#### [Work item]
Print out every record exactly as it appears.

-------------------------

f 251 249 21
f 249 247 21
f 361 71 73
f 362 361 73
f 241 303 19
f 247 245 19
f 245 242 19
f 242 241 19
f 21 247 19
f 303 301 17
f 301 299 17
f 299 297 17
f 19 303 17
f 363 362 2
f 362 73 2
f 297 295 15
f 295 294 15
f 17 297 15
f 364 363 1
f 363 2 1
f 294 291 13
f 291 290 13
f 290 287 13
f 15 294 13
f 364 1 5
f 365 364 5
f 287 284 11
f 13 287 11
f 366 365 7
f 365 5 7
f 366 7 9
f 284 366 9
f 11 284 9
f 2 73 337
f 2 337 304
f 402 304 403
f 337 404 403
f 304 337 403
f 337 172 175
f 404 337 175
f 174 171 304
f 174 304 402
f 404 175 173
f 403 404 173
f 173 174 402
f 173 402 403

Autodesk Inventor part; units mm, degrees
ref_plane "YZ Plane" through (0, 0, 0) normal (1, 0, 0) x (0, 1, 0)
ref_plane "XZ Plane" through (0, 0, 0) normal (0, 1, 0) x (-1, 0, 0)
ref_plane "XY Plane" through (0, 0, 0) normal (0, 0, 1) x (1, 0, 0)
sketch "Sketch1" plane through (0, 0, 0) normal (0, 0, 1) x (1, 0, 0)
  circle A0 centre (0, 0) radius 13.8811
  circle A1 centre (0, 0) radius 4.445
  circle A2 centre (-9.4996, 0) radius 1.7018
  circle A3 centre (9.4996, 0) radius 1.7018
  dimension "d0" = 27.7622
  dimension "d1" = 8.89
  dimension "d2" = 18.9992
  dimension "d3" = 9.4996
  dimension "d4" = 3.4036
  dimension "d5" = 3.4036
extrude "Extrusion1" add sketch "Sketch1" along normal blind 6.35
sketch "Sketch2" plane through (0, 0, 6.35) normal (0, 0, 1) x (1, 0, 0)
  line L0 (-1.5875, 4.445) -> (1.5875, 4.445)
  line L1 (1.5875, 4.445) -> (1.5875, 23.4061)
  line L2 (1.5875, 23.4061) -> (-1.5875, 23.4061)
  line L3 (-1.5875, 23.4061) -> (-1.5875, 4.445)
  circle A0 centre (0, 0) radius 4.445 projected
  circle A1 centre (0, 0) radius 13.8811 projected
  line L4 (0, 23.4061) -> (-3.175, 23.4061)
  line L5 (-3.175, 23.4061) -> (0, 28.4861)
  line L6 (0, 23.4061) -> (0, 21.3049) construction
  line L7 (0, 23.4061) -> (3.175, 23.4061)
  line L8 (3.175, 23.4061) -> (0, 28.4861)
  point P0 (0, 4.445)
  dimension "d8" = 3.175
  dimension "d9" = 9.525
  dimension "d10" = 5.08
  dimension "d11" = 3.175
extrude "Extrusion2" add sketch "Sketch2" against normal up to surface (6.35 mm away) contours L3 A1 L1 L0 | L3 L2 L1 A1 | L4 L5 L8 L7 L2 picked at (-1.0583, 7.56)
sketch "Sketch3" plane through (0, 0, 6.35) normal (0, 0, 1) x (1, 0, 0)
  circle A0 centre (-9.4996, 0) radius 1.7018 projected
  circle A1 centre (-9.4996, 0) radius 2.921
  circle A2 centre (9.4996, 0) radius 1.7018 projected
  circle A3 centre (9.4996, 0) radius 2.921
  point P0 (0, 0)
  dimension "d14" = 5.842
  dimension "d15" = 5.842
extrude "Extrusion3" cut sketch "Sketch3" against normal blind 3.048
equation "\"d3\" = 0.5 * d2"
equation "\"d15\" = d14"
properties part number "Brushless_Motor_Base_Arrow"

-------------------------

#### [Task answer]
f 251 249 21
f 249 247 21
f 361 71 73
f 362 361 73
f 241 303 19
f 247 245 19
f 245 242 19
f 242 241 19
f 21 247 19
f 303 301 17
f 301 299 17
f 299 297 17
f 19 303 17
f 363 362 2
f 362 73 2
f 297 295 15
f 295 294 15
f 17 297 15
f 364 363 1
f 363 2 1
f 294 291 13
f 291 290 13
f 290 287 13
f 15 294 13
f 364 1 5
f 365 364 5
f 287 284 11
f 13 287 11
f 366 365 7
f 365 5 7
f 366 7 9
f 284 366 9
f 11 284 9
f 2 73 337
f 2 337 304
f 402 304 403
f 337 404 403
f 304 337 403
f 337 172 175
f 404 337 175
f 174 171 304
f 174 304 402
f 404 175 173
f 403 404 173
f 173 174 402
f 173 402 403

Autodesk Inventor part; units mm, degrees
ref_plane "YZ Plane" through (0, 0, 0) normal (1, 0, 0) x (0, 1, 0)
ref_plane "XZ Plane" through (0, 0, 0) normal (0, 1, 0) x (-1, 0, 0)
ref_plane "XY Plane" through (0, 0, 0) normal (0, 0, 1) x (1, 0, 0)
sketch "Sketch1" plane through (0, 0, 0) normal (0, 0, 1) x (1, 0, 0)
  circle A0 centre (0, 0) radius 13.8811
  circle A1 centre (0, 0) radius 4.445
  circle A2 centre (-9.4996, 0) radius 1.7018
  circle A3 centre (9.4996, 0) radius 1.7018
  dimension "d0" = 27.7622
  dimension "d1" = 8.89
  dimension "d2" = 18.9992
  dimension "d3" = 9.4996
  dimension "d4" = 3.4036
  dimension "d5" = 3.4036
extrude "Extrusion1" add sketch "Sketch1" along normal blind 6.35
sketch "Sketch2" plane through (0, 0, 6.35) normal (0, 0, 1) x (1, 0, 0)
  line L0 (-1.5875, 4.445) -> (1.5875, 4.445)
  line L1 (1.5875, 4.445) -> (1.5875, 23.4061)
  line L2 (1.5875, 23.4061) -> (-1.5875, 23.4061)
  line L3 (-1.5875, 23.4061) -> (-1.5875, 4.445)
  circle A0 centre (0, 0) radius 4.445 projected
  circle A1 centre (0, 0) radius 13.8811 projected
  line L4 (0, 23.4061) -> (-3.175, 23.4061)
  line L5 (-3.175, 23.4061) -> (0, 28.4861)
  line L6 (0, 23.4061) -> (0, 21.3049) construction
  line L7 (0, 23.4061) -> (3.175, 23.4061)
  line L8 (3.175, 23.4061) -> (0, 28.4861)
  point P0 (0, 4.445)
  dimension "d8" = 3.175
  dimension "d9" = 9.525
  dimension "d10" = 5.08
  dimension "d11" = 3.175
extrude "Extrusion2" add sketch "Sketch2" against normal up to surface (6.35 mm away) contours L3 A1 L1 L0 | L3 L2 L1 A1 | L4 L5 L8 L7 L2 picked at (-1.0583, 7.56)
sketch "Sketch3" plane through (0, 0, 6.35) normal (0, 0, 1) x (1, 0, 0)
  circle A0 centre (-9.4996, 0) radius 1.7018 projected
  circle A1 centre (-9.4996, 0) radius 2.921
  circle A2 centre (9.4996, 0) radius 1.7018 projected
  circle A3 centre (9.4996, 0) radius 2.921
  point P0 (0, 0)
  dimension "d14" = 5.842
  dimension "d15" = 5.842
extrude "Extrusion3" cut sketch "Sketch3" against normal blind 3.048
equation "\"d3\" = 0.5 * d2"
equation "\"d15\" = d14"
properties part number "Brushless_Motor_Base_Arrow"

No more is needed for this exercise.